• Problem description: Lines before the one containing "f 194 35 263" are left out; copy that line and every later line through the end of the data exactly.

• Collected data entries:
--

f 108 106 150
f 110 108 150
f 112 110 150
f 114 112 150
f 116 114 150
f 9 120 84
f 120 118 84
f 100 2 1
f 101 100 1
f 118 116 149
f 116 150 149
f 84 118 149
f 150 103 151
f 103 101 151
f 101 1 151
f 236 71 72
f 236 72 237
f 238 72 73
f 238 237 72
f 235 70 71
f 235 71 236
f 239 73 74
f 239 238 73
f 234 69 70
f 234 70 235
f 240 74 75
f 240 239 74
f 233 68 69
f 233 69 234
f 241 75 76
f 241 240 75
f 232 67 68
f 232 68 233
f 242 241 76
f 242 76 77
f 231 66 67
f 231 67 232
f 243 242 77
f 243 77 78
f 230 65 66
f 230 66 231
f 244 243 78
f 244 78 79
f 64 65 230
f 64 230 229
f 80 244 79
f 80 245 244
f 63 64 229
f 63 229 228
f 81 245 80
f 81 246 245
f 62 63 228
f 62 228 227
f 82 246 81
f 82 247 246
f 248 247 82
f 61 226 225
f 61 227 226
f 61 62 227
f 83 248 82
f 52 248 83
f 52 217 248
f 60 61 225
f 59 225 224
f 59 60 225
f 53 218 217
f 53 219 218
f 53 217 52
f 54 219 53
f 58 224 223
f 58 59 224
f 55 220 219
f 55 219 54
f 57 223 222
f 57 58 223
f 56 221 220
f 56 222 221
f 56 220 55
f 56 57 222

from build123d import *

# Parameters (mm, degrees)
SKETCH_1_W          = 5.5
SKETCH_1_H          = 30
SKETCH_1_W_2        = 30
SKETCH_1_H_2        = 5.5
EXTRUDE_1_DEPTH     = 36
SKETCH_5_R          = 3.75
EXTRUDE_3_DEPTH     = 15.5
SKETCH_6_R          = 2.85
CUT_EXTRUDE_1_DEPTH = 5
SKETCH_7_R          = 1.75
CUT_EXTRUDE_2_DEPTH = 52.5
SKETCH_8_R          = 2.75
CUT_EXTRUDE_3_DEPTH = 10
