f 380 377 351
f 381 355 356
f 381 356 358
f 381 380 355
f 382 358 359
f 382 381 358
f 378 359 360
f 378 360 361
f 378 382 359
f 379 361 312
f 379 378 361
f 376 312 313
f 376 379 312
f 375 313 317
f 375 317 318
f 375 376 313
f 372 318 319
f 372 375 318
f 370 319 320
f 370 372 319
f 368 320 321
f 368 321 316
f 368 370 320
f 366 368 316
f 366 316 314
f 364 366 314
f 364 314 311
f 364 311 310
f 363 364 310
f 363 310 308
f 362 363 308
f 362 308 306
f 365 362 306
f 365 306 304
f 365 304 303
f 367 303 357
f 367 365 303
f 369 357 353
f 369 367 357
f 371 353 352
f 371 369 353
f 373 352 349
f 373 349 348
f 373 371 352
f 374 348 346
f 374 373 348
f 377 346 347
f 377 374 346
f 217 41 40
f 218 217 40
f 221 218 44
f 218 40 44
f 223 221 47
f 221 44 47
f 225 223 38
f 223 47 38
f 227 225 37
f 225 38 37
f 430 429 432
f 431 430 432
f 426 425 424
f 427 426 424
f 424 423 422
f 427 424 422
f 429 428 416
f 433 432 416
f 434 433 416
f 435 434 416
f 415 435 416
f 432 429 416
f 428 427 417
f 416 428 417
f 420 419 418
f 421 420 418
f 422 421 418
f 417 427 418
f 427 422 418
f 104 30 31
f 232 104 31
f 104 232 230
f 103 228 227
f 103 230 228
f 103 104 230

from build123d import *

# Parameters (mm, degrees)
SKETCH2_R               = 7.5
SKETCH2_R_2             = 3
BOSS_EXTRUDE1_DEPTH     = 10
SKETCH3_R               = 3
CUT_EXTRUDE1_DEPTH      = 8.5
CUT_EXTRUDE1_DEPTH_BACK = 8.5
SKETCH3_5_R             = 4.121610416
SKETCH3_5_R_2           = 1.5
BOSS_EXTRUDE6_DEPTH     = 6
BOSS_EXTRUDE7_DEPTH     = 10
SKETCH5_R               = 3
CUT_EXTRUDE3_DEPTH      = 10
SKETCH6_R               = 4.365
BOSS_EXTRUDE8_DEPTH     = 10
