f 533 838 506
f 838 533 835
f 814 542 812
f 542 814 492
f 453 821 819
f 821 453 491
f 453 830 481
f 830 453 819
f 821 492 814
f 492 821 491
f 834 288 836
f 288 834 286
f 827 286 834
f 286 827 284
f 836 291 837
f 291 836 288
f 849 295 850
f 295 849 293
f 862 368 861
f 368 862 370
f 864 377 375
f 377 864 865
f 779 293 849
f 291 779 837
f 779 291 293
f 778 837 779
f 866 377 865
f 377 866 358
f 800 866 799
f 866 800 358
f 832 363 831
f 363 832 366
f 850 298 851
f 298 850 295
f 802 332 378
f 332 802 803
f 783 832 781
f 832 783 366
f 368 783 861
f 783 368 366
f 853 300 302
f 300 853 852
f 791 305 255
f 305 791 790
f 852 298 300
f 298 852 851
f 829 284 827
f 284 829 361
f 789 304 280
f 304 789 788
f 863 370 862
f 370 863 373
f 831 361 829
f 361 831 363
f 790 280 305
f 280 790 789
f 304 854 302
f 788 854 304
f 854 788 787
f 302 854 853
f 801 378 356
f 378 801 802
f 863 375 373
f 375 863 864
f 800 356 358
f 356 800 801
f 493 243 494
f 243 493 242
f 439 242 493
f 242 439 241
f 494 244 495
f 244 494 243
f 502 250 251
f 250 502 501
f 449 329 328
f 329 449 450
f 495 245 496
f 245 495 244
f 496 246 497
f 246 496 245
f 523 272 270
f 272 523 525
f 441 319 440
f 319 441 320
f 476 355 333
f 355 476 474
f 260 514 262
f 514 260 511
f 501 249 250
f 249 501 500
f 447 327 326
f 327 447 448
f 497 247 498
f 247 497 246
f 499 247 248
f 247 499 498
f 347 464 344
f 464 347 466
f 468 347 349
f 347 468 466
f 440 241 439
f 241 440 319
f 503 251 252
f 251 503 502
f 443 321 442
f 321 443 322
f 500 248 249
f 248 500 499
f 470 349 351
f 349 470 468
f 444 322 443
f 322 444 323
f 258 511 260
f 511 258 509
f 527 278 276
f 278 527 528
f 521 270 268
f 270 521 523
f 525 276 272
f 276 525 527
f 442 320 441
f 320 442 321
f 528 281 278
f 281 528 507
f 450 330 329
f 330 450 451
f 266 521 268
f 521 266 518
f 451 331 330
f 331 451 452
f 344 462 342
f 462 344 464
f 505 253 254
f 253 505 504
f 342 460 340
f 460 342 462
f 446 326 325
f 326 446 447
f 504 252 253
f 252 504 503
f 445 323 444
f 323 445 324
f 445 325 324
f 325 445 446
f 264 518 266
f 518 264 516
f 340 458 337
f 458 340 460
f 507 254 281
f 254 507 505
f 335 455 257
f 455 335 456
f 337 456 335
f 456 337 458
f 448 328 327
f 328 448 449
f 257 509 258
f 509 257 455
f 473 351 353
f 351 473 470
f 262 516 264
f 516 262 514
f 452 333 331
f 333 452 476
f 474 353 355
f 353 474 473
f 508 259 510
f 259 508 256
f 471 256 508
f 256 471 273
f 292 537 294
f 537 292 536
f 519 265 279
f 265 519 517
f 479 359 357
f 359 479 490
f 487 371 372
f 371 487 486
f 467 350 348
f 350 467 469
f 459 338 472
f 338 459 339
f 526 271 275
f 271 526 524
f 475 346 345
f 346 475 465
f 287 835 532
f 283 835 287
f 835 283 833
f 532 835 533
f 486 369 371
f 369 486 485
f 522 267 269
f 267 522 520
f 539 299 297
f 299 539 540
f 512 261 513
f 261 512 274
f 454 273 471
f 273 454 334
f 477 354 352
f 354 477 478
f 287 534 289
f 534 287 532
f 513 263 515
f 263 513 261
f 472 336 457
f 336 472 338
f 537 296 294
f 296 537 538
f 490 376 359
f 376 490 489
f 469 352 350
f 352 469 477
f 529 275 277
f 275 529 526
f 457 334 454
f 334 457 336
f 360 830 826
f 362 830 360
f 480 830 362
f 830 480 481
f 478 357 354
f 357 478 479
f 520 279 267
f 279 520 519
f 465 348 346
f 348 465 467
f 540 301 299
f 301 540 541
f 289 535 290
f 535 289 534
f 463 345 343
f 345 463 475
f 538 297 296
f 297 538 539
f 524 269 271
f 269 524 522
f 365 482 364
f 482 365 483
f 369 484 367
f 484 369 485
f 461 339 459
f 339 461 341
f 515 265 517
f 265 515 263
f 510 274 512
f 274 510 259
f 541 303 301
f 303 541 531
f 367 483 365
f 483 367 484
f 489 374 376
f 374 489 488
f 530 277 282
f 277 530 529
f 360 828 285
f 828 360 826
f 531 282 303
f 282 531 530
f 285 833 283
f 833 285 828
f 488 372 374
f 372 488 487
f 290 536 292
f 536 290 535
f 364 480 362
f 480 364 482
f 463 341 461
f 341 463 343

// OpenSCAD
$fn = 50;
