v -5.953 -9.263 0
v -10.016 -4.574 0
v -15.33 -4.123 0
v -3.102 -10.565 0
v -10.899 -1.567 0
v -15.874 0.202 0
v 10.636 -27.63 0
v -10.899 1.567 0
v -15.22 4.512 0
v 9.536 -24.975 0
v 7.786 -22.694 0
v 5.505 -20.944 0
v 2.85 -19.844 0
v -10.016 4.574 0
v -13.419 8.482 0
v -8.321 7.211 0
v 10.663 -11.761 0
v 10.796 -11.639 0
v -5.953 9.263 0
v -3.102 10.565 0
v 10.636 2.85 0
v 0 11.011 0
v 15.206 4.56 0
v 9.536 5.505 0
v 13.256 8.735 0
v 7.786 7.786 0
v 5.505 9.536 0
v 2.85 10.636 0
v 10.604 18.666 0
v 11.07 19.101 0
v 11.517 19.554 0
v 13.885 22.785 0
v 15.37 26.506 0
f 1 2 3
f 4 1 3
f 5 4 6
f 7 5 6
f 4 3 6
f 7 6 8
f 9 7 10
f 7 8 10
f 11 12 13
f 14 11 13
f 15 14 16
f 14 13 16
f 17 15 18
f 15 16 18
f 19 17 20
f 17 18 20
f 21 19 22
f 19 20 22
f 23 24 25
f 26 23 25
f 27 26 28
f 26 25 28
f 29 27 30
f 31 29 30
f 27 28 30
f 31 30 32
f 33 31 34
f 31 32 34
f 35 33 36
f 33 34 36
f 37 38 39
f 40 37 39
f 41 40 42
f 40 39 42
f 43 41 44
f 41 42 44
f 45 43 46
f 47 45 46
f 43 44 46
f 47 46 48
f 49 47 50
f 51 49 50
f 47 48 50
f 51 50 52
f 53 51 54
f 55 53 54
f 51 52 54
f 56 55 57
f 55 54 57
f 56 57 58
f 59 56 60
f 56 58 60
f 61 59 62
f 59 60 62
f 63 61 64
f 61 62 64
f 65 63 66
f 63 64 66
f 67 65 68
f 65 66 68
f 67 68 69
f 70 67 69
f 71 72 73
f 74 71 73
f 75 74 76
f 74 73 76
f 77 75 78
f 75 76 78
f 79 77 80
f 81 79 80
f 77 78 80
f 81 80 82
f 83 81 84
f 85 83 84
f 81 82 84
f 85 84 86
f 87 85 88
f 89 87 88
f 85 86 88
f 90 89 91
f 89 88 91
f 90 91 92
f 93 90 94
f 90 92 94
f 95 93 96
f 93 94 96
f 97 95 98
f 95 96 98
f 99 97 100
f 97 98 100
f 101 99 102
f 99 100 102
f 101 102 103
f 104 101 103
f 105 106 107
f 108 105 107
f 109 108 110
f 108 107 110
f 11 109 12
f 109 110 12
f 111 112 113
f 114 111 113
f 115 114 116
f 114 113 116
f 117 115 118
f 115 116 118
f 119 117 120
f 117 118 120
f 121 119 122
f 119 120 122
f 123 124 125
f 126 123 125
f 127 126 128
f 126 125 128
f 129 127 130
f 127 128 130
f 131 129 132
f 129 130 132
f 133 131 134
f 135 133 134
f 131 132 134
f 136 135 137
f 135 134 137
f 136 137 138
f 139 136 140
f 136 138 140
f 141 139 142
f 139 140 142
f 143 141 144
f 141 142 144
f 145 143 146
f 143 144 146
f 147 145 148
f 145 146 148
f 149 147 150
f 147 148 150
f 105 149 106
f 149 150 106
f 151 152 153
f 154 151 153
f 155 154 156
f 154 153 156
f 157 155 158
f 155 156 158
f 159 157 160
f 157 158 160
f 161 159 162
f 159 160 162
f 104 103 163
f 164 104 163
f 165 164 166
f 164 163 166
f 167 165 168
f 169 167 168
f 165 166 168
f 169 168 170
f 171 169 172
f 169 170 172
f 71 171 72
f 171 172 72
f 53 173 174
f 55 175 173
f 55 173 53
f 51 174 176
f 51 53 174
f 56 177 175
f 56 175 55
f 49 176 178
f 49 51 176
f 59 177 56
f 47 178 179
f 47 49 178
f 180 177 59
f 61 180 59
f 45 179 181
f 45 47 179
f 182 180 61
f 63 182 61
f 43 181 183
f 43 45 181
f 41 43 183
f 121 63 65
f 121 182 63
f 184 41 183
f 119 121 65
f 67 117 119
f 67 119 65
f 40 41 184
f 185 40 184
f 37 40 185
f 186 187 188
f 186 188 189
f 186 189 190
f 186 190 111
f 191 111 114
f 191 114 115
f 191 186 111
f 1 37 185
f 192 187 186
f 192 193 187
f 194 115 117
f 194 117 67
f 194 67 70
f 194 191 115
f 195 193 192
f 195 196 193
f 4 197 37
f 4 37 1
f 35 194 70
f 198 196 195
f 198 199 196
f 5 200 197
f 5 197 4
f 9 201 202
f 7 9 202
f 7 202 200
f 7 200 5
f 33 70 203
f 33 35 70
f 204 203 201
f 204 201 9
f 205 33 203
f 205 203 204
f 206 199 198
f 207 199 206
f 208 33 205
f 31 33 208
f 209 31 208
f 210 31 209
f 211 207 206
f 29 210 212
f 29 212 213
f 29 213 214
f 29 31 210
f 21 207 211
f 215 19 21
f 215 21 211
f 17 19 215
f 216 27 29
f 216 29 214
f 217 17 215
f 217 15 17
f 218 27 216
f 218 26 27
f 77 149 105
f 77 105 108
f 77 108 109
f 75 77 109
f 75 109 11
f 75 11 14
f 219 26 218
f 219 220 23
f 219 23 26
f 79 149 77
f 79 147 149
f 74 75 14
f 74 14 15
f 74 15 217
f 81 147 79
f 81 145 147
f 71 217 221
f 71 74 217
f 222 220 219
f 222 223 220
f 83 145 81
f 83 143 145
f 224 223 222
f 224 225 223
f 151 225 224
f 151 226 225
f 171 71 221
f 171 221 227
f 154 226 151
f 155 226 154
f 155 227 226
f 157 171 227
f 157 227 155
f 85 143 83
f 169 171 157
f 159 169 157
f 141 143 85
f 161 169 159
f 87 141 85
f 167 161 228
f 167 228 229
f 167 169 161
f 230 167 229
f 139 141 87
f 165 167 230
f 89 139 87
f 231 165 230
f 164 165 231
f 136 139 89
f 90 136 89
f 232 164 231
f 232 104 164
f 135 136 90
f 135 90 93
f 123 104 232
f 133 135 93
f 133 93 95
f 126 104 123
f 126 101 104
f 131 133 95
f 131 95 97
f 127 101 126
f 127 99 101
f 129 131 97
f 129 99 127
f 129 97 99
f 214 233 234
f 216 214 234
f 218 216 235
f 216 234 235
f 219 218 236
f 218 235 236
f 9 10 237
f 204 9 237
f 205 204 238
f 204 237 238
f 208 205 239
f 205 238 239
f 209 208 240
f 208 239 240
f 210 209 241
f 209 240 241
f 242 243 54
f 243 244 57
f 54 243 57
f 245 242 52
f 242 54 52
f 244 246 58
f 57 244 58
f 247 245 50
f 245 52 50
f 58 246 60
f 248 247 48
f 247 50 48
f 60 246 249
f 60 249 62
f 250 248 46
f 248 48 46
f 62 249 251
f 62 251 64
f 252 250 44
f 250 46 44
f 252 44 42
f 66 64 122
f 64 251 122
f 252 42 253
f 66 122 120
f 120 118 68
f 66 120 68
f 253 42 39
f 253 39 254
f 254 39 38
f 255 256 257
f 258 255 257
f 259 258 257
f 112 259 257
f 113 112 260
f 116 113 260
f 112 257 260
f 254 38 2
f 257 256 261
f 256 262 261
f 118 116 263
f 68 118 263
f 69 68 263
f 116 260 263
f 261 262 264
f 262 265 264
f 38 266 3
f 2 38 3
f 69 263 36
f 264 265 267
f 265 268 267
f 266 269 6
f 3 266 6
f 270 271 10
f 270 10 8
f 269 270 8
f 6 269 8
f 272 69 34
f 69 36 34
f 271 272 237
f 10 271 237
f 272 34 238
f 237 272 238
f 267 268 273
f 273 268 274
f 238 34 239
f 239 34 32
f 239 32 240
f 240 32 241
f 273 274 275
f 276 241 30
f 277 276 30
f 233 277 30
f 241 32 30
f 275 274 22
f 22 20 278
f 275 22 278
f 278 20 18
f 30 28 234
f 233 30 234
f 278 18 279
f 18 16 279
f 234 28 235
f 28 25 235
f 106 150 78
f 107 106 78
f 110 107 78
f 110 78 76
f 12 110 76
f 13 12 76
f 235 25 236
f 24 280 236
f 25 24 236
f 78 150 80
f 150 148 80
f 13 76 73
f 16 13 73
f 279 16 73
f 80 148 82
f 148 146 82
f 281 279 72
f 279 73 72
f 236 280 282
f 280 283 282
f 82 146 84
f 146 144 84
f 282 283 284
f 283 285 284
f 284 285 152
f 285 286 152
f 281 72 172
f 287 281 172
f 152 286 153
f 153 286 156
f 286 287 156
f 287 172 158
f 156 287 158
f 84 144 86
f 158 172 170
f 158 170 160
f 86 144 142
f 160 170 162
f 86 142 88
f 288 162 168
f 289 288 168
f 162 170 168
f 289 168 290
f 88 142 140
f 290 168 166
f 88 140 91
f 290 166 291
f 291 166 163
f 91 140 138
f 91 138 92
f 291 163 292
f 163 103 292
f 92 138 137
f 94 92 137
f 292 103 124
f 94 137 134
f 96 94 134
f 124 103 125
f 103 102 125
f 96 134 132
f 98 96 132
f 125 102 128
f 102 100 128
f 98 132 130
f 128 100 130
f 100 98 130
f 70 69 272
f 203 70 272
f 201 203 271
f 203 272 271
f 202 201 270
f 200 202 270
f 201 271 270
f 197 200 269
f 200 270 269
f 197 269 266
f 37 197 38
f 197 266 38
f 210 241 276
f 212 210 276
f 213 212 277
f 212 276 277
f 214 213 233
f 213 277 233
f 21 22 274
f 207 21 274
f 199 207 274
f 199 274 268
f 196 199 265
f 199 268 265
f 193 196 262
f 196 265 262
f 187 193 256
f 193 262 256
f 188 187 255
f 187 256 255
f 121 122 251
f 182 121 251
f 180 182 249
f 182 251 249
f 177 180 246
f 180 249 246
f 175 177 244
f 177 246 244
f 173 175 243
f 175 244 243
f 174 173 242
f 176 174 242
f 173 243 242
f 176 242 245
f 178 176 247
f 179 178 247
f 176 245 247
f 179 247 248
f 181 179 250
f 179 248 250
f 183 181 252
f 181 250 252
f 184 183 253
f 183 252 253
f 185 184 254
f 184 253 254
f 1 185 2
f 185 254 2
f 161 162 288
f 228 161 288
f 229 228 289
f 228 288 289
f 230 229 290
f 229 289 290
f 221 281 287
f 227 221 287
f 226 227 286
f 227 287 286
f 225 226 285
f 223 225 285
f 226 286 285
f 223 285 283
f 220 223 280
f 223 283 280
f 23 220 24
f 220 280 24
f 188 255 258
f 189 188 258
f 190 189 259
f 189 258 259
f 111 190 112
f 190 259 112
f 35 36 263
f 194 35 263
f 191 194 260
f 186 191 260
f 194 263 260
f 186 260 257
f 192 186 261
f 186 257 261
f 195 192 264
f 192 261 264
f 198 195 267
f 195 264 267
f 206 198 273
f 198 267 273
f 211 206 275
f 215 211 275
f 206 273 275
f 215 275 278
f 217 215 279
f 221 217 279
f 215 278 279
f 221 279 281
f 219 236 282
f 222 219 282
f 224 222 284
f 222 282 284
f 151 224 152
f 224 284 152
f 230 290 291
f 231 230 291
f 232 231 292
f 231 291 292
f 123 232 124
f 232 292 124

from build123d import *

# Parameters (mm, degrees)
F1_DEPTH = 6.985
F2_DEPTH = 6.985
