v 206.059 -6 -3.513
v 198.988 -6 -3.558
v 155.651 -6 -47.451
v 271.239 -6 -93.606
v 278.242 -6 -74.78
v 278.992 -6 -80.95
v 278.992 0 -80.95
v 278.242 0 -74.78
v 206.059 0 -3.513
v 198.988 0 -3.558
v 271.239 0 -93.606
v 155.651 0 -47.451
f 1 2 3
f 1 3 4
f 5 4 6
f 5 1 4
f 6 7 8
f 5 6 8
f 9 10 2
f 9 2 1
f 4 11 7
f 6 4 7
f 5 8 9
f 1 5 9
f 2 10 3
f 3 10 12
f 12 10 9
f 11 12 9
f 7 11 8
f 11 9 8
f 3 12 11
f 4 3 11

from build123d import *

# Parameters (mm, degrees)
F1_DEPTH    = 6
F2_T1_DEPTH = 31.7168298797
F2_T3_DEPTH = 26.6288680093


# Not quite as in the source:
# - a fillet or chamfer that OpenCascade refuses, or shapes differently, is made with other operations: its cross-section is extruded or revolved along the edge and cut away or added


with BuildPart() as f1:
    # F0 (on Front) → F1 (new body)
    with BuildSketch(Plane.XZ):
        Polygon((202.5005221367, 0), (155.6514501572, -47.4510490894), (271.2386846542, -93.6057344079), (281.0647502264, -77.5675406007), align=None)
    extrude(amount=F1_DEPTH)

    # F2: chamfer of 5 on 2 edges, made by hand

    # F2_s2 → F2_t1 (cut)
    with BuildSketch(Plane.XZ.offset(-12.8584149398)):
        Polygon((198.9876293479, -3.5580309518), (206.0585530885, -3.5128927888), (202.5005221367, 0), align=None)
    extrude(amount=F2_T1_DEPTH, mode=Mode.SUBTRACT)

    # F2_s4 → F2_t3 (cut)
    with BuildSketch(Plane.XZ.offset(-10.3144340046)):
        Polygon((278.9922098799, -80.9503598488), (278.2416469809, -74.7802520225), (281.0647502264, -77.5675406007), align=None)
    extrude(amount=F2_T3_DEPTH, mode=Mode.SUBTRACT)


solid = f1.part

--

• Result for this task:
f 194 35 263
f 191 194 260
f 186 191 260
f 194 263 260
f 186 260 257
f 192 186 261
f 186 257 261
f 195 192 264
f 192 261 264
f 198 195 267
f 195 264 267
f 206 198 273
f 198 267 273
f 211 206 275
f 215 211 275
f 206 273 275
f 215 275 278
f 217 215 279
f 221 217 279
f 215 278 279
f 221 279 281
f 219 236 282
f 222 219 282
f 224 222 284
f 222 282 284
f 151 224 152
f 224 284 152
f 230 290 291
f 231 230 291
f 232 231 292
f 231 291 292
f 123 232 124
f 232 292 124

from build123d import *

# Parameters (mm, degrees)
F1_DEPTH = 6.985
F2_DEPTH = 6.985
v 206.059 -6 -3.513
v 198.988 -6 -3.558
v 155.651 -6 -47.451
v 271.239 -6 -93.606
v 278.242 -6 -74.78
v 278.992 -6 -80.95
v 278.992 0 -80.95
v 278.242 0 -74.78
v 206.059 0 -3.513
v 198.988 0 -3.558
v 271.239 0 -93.606
v 155.651 0 -47.451
f 1 2 3
f 1 3 4
f 5 4 6
f 5 1 4
f 6 7 8
f 5 6 8
f 9 10 2
f 9 2 1
f 4 11 7
f 6 4 7
f 5 8 9
f 1 5 9
f 2 10 3
f 3 10 12
f 12 10 9
f 11 12 9
f 7 11 8
f 11 9 8
f 3 12 11
f 4 3 11

from build123d import *

# Parameters (mm, degrees)
F1_DEPTH    = 6
F2_T1_DEPTH = 31.7168298797
F2_T3_DEPTH = 26.6288680093


# Not quite as in the source:
# - a fillet or chamfer that OpenCascade refuses, or shapes differently, is made with other operations: its cross-section is extruded or revolved along the edge and cut away or added


with BuildPart() as f1:
    # F0 (on Front) → F1 (new body)
    with BuildSketch(Plane.XZ):
        Polygon((202.5005221367, 0), (155.6514501572, -47.4510490894), (271.2386846542, -93.6057344079), (281.0647502264, -77.5675406007), align=None)
    extrude(amount=F1_DEPTH)

    # F2: chamfer of 5 on 2 edges, made by hand

    # F2_s2 → F2_t1 (cut)
    with BuildSketch(Plane.XZ.offset(-12.8584149398)):
        Polygon((198.9876293479, -3.5580309518), (206.0585530885, -3.5128927888), (202.5005221367, 0), align=None)
    extrude(amount=F2_T1_DEPTH, mode=Mode.SUBTRACT)

    # F2_s4 → F2_t3 (cut)
    with BuildSketch(Plane.XZ.offset(-10.3144340046)):
        Polygon((278.9922098799, -80.9503598488), (278.2416469809, -74.7802520225), (281.0647502264, -77.5675406007), align=None)
    extrude(amount=F2_T3_DEPTH, mode=Mode.SUBTRACT)


solid = f1.part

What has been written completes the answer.